__What you should do__.
Once you have located the line containing "#58=ORIENTED_EDGE('',*,*,#57,.F.);" in the material below, return it exactly along with each line after it through the line containing "Rebuilt in FreeCAD, every".

__Data extract__.
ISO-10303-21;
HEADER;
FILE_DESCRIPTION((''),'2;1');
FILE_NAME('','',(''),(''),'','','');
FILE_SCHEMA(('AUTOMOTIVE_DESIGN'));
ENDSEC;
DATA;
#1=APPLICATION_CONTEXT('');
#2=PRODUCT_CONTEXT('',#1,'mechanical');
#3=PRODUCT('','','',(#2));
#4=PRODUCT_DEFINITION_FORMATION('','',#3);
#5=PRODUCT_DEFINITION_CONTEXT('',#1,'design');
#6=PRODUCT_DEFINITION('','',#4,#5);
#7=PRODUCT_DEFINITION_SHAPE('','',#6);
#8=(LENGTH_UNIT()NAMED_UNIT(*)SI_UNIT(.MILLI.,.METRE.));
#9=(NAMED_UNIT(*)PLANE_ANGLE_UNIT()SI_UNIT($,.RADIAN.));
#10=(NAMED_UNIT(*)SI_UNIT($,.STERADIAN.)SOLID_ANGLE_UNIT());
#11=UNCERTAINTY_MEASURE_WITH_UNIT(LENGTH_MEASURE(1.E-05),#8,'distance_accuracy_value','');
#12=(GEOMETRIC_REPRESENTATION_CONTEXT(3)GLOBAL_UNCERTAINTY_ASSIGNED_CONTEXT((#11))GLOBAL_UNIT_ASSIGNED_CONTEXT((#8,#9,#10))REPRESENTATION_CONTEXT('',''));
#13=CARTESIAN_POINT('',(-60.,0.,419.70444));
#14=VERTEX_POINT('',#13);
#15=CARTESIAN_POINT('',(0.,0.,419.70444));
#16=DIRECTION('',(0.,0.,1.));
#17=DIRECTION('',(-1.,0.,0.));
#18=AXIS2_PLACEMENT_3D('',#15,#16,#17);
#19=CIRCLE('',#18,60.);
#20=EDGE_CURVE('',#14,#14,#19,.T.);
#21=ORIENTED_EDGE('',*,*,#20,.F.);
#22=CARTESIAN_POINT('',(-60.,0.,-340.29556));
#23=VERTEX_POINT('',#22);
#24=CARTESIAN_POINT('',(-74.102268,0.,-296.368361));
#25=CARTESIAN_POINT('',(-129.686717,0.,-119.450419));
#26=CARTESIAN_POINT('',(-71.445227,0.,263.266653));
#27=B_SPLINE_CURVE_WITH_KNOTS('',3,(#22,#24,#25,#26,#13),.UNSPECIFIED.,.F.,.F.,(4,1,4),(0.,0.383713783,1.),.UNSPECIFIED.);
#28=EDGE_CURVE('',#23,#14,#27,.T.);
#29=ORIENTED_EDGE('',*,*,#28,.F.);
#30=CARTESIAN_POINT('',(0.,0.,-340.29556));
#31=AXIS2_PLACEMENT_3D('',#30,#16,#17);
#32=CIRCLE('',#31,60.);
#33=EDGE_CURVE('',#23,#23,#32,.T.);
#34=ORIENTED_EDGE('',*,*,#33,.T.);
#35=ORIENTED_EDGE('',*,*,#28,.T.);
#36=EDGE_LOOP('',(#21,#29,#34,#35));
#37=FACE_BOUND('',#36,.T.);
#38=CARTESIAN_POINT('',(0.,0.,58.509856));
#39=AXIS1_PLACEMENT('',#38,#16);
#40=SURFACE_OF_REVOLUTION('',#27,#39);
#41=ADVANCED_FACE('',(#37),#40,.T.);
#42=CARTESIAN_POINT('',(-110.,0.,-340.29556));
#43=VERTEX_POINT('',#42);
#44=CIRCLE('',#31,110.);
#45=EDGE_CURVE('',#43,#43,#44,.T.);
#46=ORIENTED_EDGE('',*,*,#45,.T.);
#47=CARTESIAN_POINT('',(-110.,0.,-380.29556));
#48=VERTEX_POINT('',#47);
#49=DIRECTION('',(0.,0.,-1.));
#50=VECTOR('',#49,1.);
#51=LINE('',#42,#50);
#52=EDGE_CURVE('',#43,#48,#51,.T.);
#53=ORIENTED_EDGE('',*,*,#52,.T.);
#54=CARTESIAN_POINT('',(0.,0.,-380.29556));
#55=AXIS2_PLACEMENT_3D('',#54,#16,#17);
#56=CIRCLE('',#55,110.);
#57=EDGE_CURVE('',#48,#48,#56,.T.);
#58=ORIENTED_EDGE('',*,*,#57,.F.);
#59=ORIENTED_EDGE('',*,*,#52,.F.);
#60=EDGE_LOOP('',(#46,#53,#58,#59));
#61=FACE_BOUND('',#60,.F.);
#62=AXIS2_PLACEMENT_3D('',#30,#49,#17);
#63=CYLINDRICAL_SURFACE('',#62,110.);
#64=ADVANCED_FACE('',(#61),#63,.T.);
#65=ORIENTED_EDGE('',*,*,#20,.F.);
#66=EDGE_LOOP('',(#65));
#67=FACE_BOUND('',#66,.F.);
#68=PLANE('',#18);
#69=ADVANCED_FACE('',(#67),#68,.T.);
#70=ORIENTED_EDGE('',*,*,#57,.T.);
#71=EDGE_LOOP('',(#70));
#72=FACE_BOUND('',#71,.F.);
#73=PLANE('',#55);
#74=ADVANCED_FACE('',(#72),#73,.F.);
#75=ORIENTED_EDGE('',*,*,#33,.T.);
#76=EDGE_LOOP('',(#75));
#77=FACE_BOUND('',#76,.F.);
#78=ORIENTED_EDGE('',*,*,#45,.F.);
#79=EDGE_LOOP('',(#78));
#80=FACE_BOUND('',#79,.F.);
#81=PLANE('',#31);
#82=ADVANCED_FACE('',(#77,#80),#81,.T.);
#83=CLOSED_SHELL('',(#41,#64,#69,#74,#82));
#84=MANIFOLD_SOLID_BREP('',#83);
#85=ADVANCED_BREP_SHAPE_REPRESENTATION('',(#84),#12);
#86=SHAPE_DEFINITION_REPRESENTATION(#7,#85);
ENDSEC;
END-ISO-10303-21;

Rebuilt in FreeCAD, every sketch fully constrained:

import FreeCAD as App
import Part
import Sketcher
from FreeCAD import Vector
Q = App.Units.Quantity

doc = App.newDocument("Part")
body = doc.addObject("PartDesign::Body", "Body")

sketch1 = doc.addObject("Sketcher::SketchObject", "Sketch")
body.addObject(sketch1)
sketch1.AttachmentSupport = (doc.XZ_Plane, [""])
sketch1.MapMode = "FlatFace"
sketch1.addGeometry(Part.LineSegment(Vector(-110, -380.29556, 0), Vector(0, -380.29556, 0)), False)
sketch1.addGeometry(Part.LineSegment(Vector(0, -380.29556, 0), Vector(0, 419.70444, 0)), False)
sketch1.addGeometry(Part.LineSegment(Vector(0, 419.70444, 0), Vector(-60, 419.70444, 0)), False)
sketch1.addGeometry(Part.BSplineCurve([Vector(-60, -340.29556, 0), Vector(-74.102268, -296.368361, 0), Vector(-129.686717, -119.450419, 0), Vector(-71.445227, 263.266653, 0), Vector(-60, 419.70444, 0)], [4, 1, 4], [0, 0.383713783, 1], False, 3, [1, 1, 1, 1, 1], False), False)
sketch1.addGeometry(Part.LineSegment(Vector(-60, -340.29556, 0), Vector(-110, -340.29556, 0)), False)
sketch1.addGeometry(Part.LineSegment(Vector(-110, -340.29556, 0), Vector(-110, -380.29556, 0)), False)
sketch1.addConstraint(Sketcher.Constraint("Block", 3))
sketch1.addConstraint(Sketcher.Constraint("Coincident", 0, 2, 1, 1))
sketch1.addConstraint(Sketcher.Constraint("Coincident", 1, 2, 2, 1))
sketch1.addConstraint(Sketcher.Constraint("Coincident", 2, 2, 3, 2))
sketch1.addConstraint(Sketcher.Constraint("Coincident", 3, 1, 4, 1))
sketch1.addConstraint(Sketcher.Constraint("Coincident", 4, 2, 5, 1))
sketch1.addConstraint(Sketcher.Constraint("Coincident", 5, 2, 0, 1))
sketch1.addConstraint(Sketcher.Constraint("Horizontal", 0))
sketch1.addConstraint(Sketcher.Constraint("Vertical", 1))
sketch1.addConstraint(Sketcher.Constraint("Horizontal", 2))
sketch1.addConstraint(Sketcher.Constraint("Horizontal", 4))
sketch1.addConstraint(Sketcher.Constraint("Vertical", 5))
sketch1.addConstraint(Sketcher.Constraint("PointOnObject", 0, 2, -2))
sketch1.addConstraint(Sketcher.Constraint("DistanceX", 0, 1, 0, 2, Q("110 mm")))
sketch1.addConstraint(Sketcher.Constraint("DistanceY", 1, 1, 1, 2, Q("800 mm")))
revolution = doc.addObject("PartDesign::Revolution", "Revolution")
body.addObject(revolution)
revolution.Profile = sketch1
revolution.ReferenceAxis = (sketch1, ["V_Axis"])
revolution.Angle = 360

doc.recompute()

__The completed task__.
#58=ORIENTED_EDGE('',*,*,#57,.F.);
#59=ORIENTED_EDGE('',*,*,#52,.F.);
#60=EDGE_LOOP('',(#46,#53,#58,#59));
#61=FACE_BOUND('',#60,.F.);
#62=AXIS2_PLACEMENT_3D('',#30,#49,#17);
#63=CYLINDRICAL_SURFACE('',#62,110.);
#64=ADVANCED_FACE('',(#61),#63,.T.);
#65=ORIENTED_EDGE('',*,*,#20,.F.);
#66=EDGE_LOOP('',(#65));
#67=FACE_BOUND('',#66,.F.);
#68=PLANE('',#18);
#69=ADVANCED_FACE('',(#67),#68,.T.);
#70=ORIENTED_EDGE('',*,*,#57,.T.);
#71=EDGE_LOOP('',(#70));
#72=FACE_BOUND('',#71,.F.);
#73=PLANE('',#55);
#74=ADVANCED_FACE('',(#72),#73,.F.);
#75=ORIENTED_EDGE('',*,*,#33,.T.);
#76=EDGE_LOOP('',(#75));
#77=FACE_BOUND('',#76,.F.);
#78=ORIENTED_EDGE('',*,*,#45,.F.);
#79=EDGE_LOOP('',(#78));
#80=FACE_BOUND('',#79,.F.);
#81=PLANE('',#31);
#82=ADVANCED_FACE('',(#77,#80),#81,.T.);
#83=CLOSED_SHELL('',(#41,#64,#69,#74,#82));
#84=MANIFOLD_SOLID_BREP('',#83);
#85=ADVANCED_BREP_SHAPE_REPRESENTATION('',(#84),#12);
#86=SHAPE_DEFINITION_REPRESENTATION(#7,#85);
ENDSEC;
END-ISO-10303-21;

Rebuilt in FreeCAD, every sketch fully constrained:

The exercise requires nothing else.